Em entrevista diretor da Cosulati fala sobre o futuro da Cooperativa

Trabalhar com transparência e fazer com que o associado se sinta efetivamente o dono da cooperativa, esse é o lema da nova gestão da Cosulati quem tem muitos desafios pela frente.

Em entrevista à Rádio Universidade de Pelotas no dia 20 de julho, o atual presidente administrativo da Cooperativa Sul-Rio Grandense de Laticínios (Cosulati), Airton Seyffert falou sobre os primeiros meses do plano de reestruturação da cooperativa, as dificuldades e os avanços nesse início de sua gestão.

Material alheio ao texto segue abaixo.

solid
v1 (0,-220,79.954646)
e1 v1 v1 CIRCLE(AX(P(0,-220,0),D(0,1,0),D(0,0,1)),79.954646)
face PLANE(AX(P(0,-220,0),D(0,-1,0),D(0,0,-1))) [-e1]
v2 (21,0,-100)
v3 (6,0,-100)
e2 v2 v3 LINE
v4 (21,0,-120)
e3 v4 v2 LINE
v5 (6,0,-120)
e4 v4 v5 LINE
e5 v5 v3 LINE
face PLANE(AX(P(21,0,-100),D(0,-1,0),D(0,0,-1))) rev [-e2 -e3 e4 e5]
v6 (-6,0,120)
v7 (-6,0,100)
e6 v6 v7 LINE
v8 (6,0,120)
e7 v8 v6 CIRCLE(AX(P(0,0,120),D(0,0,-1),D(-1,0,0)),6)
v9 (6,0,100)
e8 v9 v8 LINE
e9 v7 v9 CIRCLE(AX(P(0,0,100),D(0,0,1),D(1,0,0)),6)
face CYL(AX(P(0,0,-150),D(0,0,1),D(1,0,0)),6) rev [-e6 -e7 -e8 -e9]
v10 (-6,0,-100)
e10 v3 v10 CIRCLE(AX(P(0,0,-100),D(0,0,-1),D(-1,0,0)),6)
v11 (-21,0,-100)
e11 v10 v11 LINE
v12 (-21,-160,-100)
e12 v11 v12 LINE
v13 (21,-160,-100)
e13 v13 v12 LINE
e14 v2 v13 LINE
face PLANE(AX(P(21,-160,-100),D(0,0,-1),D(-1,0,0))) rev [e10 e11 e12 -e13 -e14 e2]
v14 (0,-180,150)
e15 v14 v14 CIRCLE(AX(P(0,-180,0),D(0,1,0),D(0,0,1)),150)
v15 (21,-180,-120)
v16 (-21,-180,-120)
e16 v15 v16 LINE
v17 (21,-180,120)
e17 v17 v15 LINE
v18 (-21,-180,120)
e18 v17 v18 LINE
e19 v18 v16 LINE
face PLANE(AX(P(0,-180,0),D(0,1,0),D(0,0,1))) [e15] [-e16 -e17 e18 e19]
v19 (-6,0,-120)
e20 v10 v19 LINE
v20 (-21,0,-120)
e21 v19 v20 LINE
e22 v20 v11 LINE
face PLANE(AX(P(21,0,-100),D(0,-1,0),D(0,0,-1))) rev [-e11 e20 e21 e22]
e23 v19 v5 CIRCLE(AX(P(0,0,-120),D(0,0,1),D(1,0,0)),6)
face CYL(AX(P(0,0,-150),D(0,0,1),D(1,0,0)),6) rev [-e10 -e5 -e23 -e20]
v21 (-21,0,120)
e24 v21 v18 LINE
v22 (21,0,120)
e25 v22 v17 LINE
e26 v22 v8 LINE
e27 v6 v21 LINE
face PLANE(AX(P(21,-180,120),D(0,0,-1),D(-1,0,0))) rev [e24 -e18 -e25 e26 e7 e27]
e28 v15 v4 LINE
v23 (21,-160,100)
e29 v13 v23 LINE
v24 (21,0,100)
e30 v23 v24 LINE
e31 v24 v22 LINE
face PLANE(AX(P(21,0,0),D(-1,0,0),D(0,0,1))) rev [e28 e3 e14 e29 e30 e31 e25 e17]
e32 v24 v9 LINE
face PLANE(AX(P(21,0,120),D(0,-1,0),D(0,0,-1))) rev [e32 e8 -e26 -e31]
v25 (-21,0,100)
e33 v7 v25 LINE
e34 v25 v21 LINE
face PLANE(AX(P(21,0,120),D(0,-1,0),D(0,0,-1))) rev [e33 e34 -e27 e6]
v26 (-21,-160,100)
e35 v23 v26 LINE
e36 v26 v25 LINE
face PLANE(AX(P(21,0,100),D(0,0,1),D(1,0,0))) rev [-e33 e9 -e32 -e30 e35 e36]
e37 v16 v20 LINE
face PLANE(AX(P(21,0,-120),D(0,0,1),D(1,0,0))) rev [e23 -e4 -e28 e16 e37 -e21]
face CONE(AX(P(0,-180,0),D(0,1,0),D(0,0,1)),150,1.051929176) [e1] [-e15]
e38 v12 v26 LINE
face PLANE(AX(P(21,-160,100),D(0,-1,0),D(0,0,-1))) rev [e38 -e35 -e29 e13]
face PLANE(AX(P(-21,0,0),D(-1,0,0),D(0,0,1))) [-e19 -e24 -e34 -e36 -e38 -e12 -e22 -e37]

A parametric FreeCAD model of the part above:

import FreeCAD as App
import Part
import Sketcher
from FreeCAD import Vector
Q = App.Units.Quantity

doc = App.newDocument("Part")
body = doc.addObject("PartDesign::Body", "Body")

# Sketch on YZ plane
sketch1 = body.newObject("Sketcher::SketchObject", "Sketch")
sketch1.AttachmentSupport = (doc.getObject("YZ_Plane"), [""])
sketch1.MapMode = "FlatFace"
sketch1.addGeometry([
    Part.LineSegment(Vector(0, 100, 0), Vector(0, 120, 0)),  # 0
    Part.LineSegment(Vector(0, 120, 0), Vector(-180, 120, 0)),  # 1
    Part.LineSegment(Vector(-180, 120, 0), Vector(-180, -120, 0)),  # 2
    Part.LineSegment(Vector(-180, -120, 0), Vector(0, -120, 0)),  # 3
    Part.LineSegment(Vector(0, -120, 0), Vector(0, -100, 0)),  # 4
    Part.LineSegment(Vector(0, -100, 0), Vector(-160, -100, 0)),  # 5
    Part.LineSegment(Vector(-160, -100, 0), Vector(-160, 100, 0)),  # 6
    Part.LineSegment(Vector(-160, 100, 0), Vector(0, 100, 0)),  # 7
], False)
sketch1.addConstraint([
    Sketcher.Constraint("Coincident", 0, 2, 1, 1),
    Sketcher.Constraint("Coincident", 1, 2, 2, 1),
    Sketcher.Constraint("Coincident", 2, 2, 3, 1),
    Sketcher.Constraint("Coincident", 3, 2, 4, 1),
    Sketcher.Constraint("Coincident", 4, 2, 5, 1),
    Sketcher.Constraint("Coincident", 5, 2, 6, 1),
    Sketcher.Constraint("Coincident", 6, 2, 7, 1),
    Sketcher.Constraint("Coincident", 7, 2, 0, 1),
    Sketcher.Constraint("Vertical", 0),
    Sketcher.Constraint("Horizontal", 1),
    Sketcher.Constraint("Vertical", 2),
    Sketcher.Constraint("Horizontal", 3),
    Sketcher.Constraint("Vertical", 4),
    Sketcher.Constraint("Horizontal", 5),
    Sketcher.Constraint("Vertical", 6),
    Sketcher.Constraint("Horizontal", 7),
    Sketcher.Constraint("Symmetric", 0, 2, 3, 2, -1, 1),
    Sketcher.Constraint("Symmetric", 4, 2, 7, 2, -1),
    Sketcher.Constraint("DistanceX", 1, 2, 1, 1, Q("180 mm")),
    Sketcher.Constraint("DistanceX", 5, 2, 5, 1, Q("160 mm")),
    Sketcher.Constraint("DistanceY", 0, 1, 0, 2, Q("20 mm")),
    Sketcher.Constraint("DistanceY", 2, 2, 2, 1, Q("240 mm")),
])
pad1 = body.newObject("PartDesign::Pad", "Pad")
pad1.Profile = sketch1
pad1.Length = 42
pad1.Midplane = True

# Sketch on XY plane
sketch2 = body.newObject("Sketcher::SketchObject", "Sketch001")
sketch2.AttachmentSupport = (doc.getObject("XY_Plane"), [""])
sketch2.MapMode = "FlatFace"
sketch2.addGeometry([
    Part.LineSegment(Vector(150, -180, 0), Vector(0, -180, 0)),
    Part.LineSegment(Vector(0, -180, 0), Vector(0, -220, 0)),
    Part.LineSegment(Vector(0, -220, 0), Vector(80, -220, 0)),
    Part.LineSegment(Vector(80, -220, 0), Vector(150, -180, 0)),
], False)
sketch2.addConstraint([
    Sketcher.Constraint("Coincident", 0, 2, 1, 1),
    Sketcher.Constraint("Coincident", 1, 2, 2, 1),
    Sketcher.Constraint("Coincident", 2, 2, 3, 1),
    Sketcher.Constraint("Coincident", 3, 2, 0, 1),
    Sketcher.Constraint("Horizontal", 0),
    Sketcher.Constraint("Vertical", 1),
    Sketcher.Constraint("Horizontal", 2),
    Sketcher.Constraint("PointOnObject", 0, 2, -2),
    Sketcher.Constraint("DistanceX", 0, 2, 0, 1, Q("150 mm")),
    Sketcher.Constraint("DistanceY", 1, 2, 1, 1, Q("40 mm")),
    Sketcher.Constraint("DistanceY", 0, 2, -1, 1, Q("180 mm")),
    Sketcher.Constraint("Distance", 3, Q("80.661959 mm")),
])
revolution = body.newObject("PartDesign::Revolution", "Revolution")
revolution.Profile = sketch2
revolution.ReferenceAxis = (sketch2, ["V_Axis"])
revolution.Angle = 360

# Sketch on XY plane
sketch3 = body.newObject("Sketcher::SketchObject", "Sketch002")
sketch3.AttachmentSupport = (doc.getObject("XY_Plane"), [""])
sketch3.MapMode = "FlatFace"
sketch3.addGeometry(Part.Circle(Vector(0, 0, 0), Vector(0, 0, 1), 6), False)
sketch3.addConstraint([
    Sketcher.Constraint("Coincident", 0, 3, -1, 1),
    Sketcher.Constraint("Diameter", 0, Q("12 mm")),
])
pocket1 = body.newObject("PartDesign::Pocket", "Pocket")
pocket1.Profile = sketch3
pocket1.Type = "ThroughAll"
pocket1.Midplane = True

doc.recompute()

Com a experiência necessária, Aytorn foi escolhido em assembleia pelos associados em novembro de 2016. Filho de pequeno produtor, ele conta na entrevista que já atuava na cooperativa como diretor da indústria e postos de resfriamento (três no estado), com vasto conhecimento sobre a cadeia do leite.

Fundada em 1943 após da fusão da Coolapel/Colacti, a Cosulati começou a viver os seus piores momentos no ano passado, com o fechamento de unidades e o grande número de funcionários que foram demitidos, deixando produtores rurais com diversas dívidas e funcionários sem receber, num saldo negativo que chegou a mais de R$ 180 milhões.

Nesta nova fase da instituição, o foco é o aumento da produção de leite, tanto dos associados, como de parcerias de outras cooperativas e a prestação serviços.

Atualmente já se trabalha com a recepção de 400 mil litros de leite por dia, e a capacidade total chega a 650 mil litros. “Estamos entrando na safra, neste período começa a aumentar a produção, estamos focando no leite para fazer a reestruturação, com essa matéria prima a gente sai da crise”, defendeu o executivo.

Dívidas

Seyffert relata que o principal objetivo da Cosulati é sanar as dívidas que tem com os produtores, já que muitos tinham na comercialização para a cooperativa a única fonte de renda familiar. Além de concluir os pagamentos atrasados dos funcionários que foram demitidos.

“O passivo em atrasado que chegava a R$ 5 milhões, reduziu para menos de 50% deste valor. Desde abril está se pagando o produtor em dia, e para o início da safra já estamos buscando a contratação de pessoas”, comemorou.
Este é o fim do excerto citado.